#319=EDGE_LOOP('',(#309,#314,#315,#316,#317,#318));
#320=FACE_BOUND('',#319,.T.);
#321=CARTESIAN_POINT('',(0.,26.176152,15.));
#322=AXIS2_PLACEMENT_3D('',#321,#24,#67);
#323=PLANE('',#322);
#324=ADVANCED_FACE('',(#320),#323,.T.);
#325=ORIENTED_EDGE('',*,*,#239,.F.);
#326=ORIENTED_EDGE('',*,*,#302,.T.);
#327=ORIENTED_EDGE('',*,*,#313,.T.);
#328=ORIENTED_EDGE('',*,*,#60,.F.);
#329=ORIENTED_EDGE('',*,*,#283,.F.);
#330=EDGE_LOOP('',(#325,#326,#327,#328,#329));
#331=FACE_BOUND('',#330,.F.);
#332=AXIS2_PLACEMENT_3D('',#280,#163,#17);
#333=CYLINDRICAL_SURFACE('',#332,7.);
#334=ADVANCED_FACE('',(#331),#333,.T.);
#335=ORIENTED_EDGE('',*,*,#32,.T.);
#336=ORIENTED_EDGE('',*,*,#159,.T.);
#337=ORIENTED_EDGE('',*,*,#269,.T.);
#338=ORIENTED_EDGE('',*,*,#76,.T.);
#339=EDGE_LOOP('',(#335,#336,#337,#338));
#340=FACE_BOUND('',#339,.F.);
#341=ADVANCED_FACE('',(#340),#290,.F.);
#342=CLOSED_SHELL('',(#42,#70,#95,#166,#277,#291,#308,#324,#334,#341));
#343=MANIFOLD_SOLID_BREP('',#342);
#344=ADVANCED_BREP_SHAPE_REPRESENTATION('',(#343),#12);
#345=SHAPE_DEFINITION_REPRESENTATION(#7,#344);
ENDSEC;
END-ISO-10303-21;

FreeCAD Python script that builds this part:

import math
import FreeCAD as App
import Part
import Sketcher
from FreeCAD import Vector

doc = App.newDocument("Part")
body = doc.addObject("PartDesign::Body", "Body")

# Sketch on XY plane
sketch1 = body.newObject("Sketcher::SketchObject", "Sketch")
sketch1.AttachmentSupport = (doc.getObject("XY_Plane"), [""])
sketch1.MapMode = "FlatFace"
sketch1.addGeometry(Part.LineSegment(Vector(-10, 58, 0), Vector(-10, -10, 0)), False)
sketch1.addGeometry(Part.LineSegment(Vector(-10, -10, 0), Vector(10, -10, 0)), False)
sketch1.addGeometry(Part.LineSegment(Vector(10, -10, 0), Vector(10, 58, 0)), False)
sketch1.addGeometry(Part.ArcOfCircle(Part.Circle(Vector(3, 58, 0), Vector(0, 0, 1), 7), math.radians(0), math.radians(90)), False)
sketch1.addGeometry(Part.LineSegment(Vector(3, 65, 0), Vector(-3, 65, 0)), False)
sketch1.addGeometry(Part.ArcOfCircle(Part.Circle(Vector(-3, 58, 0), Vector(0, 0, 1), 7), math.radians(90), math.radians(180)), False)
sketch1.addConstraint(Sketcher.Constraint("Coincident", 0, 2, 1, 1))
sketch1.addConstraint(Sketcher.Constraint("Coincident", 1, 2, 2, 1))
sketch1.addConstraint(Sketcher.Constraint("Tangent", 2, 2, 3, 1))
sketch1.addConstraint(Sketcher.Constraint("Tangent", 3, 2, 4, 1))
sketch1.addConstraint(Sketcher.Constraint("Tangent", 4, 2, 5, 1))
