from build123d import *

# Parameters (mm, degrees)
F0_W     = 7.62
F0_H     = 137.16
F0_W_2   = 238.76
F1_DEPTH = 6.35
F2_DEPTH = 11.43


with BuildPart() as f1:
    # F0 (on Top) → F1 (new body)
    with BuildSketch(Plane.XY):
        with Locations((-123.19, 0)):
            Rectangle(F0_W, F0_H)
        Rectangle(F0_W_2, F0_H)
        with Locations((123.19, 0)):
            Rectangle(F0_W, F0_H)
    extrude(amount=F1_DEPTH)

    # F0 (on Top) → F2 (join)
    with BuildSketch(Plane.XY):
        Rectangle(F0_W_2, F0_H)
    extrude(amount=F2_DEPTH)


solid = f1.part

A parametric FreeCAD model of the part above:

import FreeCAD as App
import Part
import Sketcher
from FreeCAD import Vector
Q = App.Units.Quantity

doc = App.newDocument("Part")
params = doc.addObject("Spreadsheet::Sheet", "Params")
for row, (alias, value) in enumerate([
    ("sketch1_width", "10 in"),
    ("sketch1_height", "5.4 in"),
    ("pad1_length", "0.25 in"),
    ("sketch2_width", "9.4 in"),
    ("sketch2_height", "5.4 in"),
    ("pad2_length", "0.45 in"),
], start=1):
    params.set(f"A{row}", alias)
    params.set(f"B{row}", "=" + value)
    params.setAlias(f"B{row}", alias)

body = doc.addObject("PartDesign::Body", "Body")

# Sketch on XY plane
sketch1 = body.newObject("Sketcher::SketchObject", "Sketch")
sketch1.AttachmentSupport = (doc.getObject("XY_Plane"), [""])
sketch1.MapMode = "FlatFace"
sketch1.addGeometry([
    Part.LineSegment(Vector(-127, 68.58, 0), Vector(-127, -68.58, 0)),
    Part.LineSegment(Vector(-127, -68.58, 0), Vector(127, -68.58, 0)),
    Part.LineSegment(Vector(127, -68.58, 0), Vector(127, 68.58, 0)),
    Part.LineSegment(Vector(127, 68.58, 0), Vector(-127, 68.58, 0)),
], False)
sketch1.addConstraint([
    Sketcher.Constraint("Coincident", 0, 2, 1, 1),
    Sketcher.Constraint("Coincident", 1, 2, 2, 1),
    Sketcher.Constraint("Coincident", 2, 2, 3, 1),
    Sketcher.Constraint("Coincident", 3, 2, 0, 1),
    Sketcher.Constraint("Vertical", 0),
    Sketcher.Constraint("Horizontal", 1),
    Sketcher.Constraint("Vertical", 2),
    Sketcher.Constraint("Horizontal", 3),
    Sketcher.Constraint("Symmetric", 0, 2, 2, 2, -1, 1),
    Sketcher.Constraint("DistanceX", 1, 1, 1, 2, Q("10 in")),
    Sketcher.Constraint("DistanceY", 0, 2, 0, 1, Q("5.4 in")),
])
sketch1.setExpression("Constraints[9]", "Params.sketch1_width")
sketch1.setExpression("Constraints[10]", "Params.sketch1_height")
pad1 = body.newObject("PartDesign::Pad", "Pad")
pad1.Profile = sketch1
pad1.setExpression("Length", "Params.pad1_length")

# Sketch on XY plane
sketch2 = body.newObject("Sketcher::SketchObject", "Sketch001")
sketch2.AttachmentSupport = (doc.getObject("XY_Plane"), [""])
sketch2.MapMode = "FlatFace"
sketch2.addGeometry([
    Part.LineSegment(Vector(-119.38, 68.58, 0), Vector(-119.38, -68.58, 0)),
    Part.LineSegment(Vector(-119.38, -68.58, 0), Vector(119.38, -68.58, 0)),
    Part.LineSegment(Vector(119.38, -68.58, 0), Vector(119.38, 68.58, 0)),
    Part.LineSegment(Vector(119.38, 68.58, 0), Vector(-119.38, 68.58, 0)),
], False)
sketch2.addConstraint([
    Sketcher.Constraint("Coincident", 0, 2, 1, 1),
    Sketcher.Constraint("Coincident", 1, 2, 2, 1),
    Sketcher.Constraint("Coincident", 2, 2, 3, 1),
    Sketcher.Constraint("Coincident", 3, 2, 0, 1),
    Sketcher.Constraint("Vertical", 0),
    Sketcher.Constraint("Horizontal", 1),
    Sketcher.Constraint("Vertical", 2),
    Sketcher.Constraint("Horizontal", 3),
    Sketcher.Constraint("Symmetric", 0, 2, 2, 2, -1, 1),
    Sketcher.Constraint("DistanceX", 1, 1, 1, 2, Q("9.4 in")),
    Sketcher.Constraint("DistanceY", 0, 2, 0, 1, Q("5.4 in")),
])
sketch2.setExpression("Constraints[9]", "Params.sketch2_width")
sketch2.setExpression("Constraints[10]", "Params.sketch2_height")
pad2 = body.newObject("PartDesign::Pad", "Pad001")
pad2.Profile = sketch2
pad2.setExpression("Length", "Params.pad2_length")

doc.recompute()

▶ _How to complete this task_:
Looking at the entries above, can you reproduce exactly the lines from the one that holds "#327=ORIENTED_EDGE('',*,*,#313,.T.);" through the one that holds "#343=MANIFOLD_SOLID_BREP('',#342);", and only those?

▶ _Solution below_:
#327=ORIENTED_EDGE('',*,*,#313,.T.);
#328=ORIENTED_EDGE('',*,*,#60,.F.);
#329=ORIENTED_EDGE('',*,*,#283,.F.);
#330=EDGE_LOOP('',(#325,#326,#327,#328,#329));
#331=FACE_BOUND('',#330,.F.);
#332=AXIS2_PLACEMENT_3D('',#280,#163,#17);
#333=CYLINDRICAL_SURFACE('',#332,7.);
#334=ADVANCED_FACE('',(#331),#333,.T.);
#335=ORIENTED_EDGE('',*,*,#32,.T.);
#336=ORIENTED_EDGE('',*,*,#159,.T.);
#337=ORIENTED_EDGE('',*,*,#269,.T.);
#338=ORIENTED_EDGE('',*,*,#76,.T.);
#339=EDGE_LOOP('',(#335,#336,#337,#338));
#340=FACE_BOUND('',#339,.F.);
#341=ADVANCED_FACE('',(#340),#290,.F.);
#342=CLOSED_SHELL('',(#42,#70,#95,#166,#277,#291,#308,#324,#334,#341));
#343=MANIFOLD_SOLID_BREP('',#342);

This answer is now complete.